朱祁玉见状,隐隐约约感觉到这其中有事,于是跟了上去。
这也是一座两进的院子,前院普普通通,倒也看不出什么,可是,到了后院,所有人都被眼前的一幕震惊了。
按理说,后宅应该是家卷所住的地方,可此处,却是密密麻麻的,全都是库房。
这一个个库房,一个接着一个,可以看得出,这座宅子根本就是用来住人的,而库房里面……
已经有锦衣卫将库房门打开,朱祁玉来到最近的库房门口,向里看了一眼,只觉得眼睛差点被晃瞎。
全都是明晃晃的白银,将一座库房堆的满满的。
初步估计,不下十万两之数!
一名校尉来到朱骥面前汇报:“报佥事大人,此处共有库房十七间,十二间装满白银,三间装满黄金,一间是古玩字画,还有一间是珠宝玉石。”
听到这里,所有人都瞪大眼睛,张大嘴巴,一脸的不可思议。
事情到了这般地步,已经变得很奇妙了。
朱骥来到李管事面前,说道:“我来问你,这座宅子的主人是谁?”
李管事脸色苍白,支支吾吾不肯回答。
朱骥可不想和他废话,冷冷道:“砍掉他一只手!”
“是!”
立刻有人上前来,按住李管事的胳膊,另一人举起手中的刀。
“父亲,你们干什么……”
李林生拼命冲上前来,扑上去,用身体护住自己的父亲。
朱骥冷笑道:“看样子,你这个儿子并不知情?”
李管事苦笑道:“他什么都不知道,还请大人……放过他。”
“哦?终于开口了?”
朱骥缓缓上前一步,问道:“你是在跟我讲条件吗?”
李管事神色极为恐惧,额头上汗珠不停地滴落,半晌,才说道:“我什么都说,放了我儿子行不行,他真的什么都不知道!”
李林生神色大变,问道:“父亲,你说什么?”
“你……你别管了,总之,这件事跟你没有关系……”
朱骥突然说道:“有没有关系,可不是你说了算的,来人,拿下!”
“是!”
立刻有两人上前,将李林生按住。
李管事面如死灰,一屁股摊在地上,恳请道:“我说,都我说,求求你……不要伤害我儿子……”

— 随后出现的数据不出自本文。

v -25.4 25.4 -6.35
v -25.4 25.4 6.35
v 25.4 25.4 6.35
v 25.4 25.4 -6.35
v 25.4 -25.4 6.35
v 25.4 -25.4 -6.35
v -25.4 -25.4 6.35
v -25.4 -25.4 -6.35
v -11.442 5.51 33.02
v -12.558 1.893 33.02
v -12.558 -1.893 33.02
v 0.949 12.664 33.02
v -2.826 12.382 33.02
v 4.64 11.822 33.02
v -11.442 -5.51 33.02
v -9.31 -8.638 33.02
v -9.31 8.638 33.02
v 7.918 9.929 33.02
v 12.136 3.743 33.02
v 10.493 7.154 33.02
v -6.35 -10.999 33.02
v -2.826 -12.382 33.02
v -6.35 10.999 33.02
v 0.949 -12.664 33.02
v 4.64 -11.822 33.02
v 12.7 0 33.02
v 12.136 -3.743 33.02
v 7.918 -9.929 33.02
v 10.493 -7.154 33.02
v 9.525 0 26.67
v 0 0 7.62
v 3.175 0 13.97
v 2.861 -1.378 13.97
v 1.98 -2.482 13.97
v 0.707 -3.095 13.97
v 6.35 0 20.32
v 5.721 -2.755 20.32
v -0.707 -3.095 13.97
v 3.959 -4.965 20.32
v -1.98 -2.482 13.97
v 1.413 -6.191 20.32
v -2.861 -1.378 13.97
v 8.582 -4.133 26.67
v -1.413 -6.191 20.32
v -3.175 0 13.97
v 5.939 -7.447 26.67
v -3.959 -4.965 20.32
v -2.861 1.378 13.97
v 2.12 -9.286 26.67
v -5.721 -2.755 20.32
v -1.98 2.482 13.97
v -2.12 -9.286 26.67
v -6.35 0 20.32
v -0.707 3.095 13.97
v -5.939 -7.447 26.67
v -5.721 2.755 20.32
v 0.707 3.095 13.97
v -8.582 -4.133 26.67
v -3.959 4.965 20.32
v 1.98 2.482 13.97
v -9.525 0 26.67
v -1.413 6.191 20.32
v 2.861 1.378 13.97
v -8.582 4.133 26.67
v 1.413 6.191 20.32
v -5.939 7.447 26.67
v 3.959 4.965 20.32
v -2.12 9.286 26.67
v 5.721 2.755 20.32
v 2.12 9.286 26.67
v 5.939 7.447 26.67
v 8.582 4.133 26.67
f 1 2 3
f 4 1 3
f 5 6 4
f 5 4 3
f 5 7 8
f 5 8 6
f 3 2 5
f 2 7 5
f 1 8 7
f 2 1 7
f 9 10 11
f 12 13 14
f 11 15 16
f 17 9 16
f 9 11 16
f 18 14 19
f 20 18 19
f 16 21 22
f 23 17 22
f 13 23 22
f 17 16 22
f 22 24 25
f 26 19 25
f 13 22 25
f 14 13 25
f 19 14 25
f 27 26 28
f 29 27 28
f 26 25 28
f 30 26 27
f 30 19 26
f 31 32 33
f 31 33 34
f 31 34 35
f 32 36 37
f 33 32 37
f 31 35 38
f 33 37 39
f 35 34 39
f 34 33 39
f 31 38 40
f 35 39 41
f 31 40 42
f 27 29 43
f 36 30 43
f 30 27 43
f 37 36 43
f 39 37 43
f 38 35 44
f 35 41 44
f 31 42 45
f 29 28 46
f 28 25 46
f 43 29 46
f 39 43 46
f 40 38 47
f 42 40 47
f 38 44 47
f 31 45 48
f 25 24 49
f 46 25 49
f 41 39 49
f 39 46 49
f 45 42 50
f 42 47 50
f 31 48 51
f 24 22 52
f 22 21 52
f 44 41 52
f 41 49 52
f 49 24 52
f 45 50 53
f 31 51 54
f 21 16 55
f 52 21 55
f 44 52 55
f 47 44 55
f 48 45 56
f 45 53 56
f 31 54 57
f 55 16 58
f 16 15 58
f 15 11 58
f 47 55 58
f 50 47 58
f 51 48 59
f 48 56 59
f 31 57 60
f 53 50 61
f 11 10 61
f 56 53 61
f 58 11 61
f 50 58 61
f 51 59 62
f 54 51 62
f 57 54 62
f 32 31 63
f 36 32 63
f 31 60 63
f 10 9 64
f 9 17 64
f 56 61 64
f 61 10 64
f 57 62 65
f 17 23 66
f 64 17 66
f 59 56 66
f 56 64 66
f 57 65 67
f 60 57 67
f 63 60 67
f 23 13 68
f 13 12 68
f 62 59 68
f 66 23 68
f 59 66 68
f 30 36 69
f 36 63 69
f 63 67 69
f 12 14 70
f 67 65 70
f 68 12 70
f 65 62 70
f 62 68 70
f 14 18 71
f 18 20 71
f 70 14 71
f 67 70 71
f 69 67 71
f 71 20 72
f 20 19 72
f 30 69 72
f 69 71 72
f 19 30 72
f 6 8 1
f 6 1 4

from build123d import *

# Parameters (mm, degrees)
F0_W     = 50.8
F0_H     = 12.7
F1_DEPTH = 25.4


with BuildPart() as f1:
    # F0 (on Front) → F1 (new body, symmetric)
    with BuildSketch(Plane.XZ):
        Rectangle(F0_W, F0_H)
    extrude(amount=F1_DEPTH, both=True)


with BuildPart() as f3:
    # F2 (on Front) → F3 (revolve)
    with BuildSketch(Plane.XZ):
        Polygon((0, 33.02), (0, 7.62), (12.7, 33.02), align=None)
    revolve(axis=Axis((0, 0, 20.32), (0, 0, -1)))


solid = Compound([f1.part, f3.part])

朱骥蹲在他面前,面无表情地说道:“你现在没有资格讲条件,若是你认罪态度好,或者提供出什么有用的情报,或许你的家人还有一线生机,说吧!”
李管事看了一眼李林生,又看了一眼高子栋兄弟,然后说道:“这座宅子是……高阁老的……”
嗡!
此言一出,现场顿时炸开了锅。
高子栋两兄弟更是拼了命往前挤,却被锦衣卫拦住,他二人便喊道:“李管事,你可不要胡说,这里和我家有什么关系?”
高子梁则来到朱祁玉身前,惊慌失措地说道:“殿下明鉴,这里明明是别家的宅邸,与臣等无关啊!”
朱祁玉相对朱祁镇而言,算是比较仁慈的,可是,仁慈不等于傻。
事已至此,他心里清楚,就算这座宅子不是高毂的,和高家也脱不了干系。
只听他缓缓说道:“高卿家的意思是,有个人,恰好在你家隔壁藏了这么多的金银,可是,为何你家的管事会在这里?”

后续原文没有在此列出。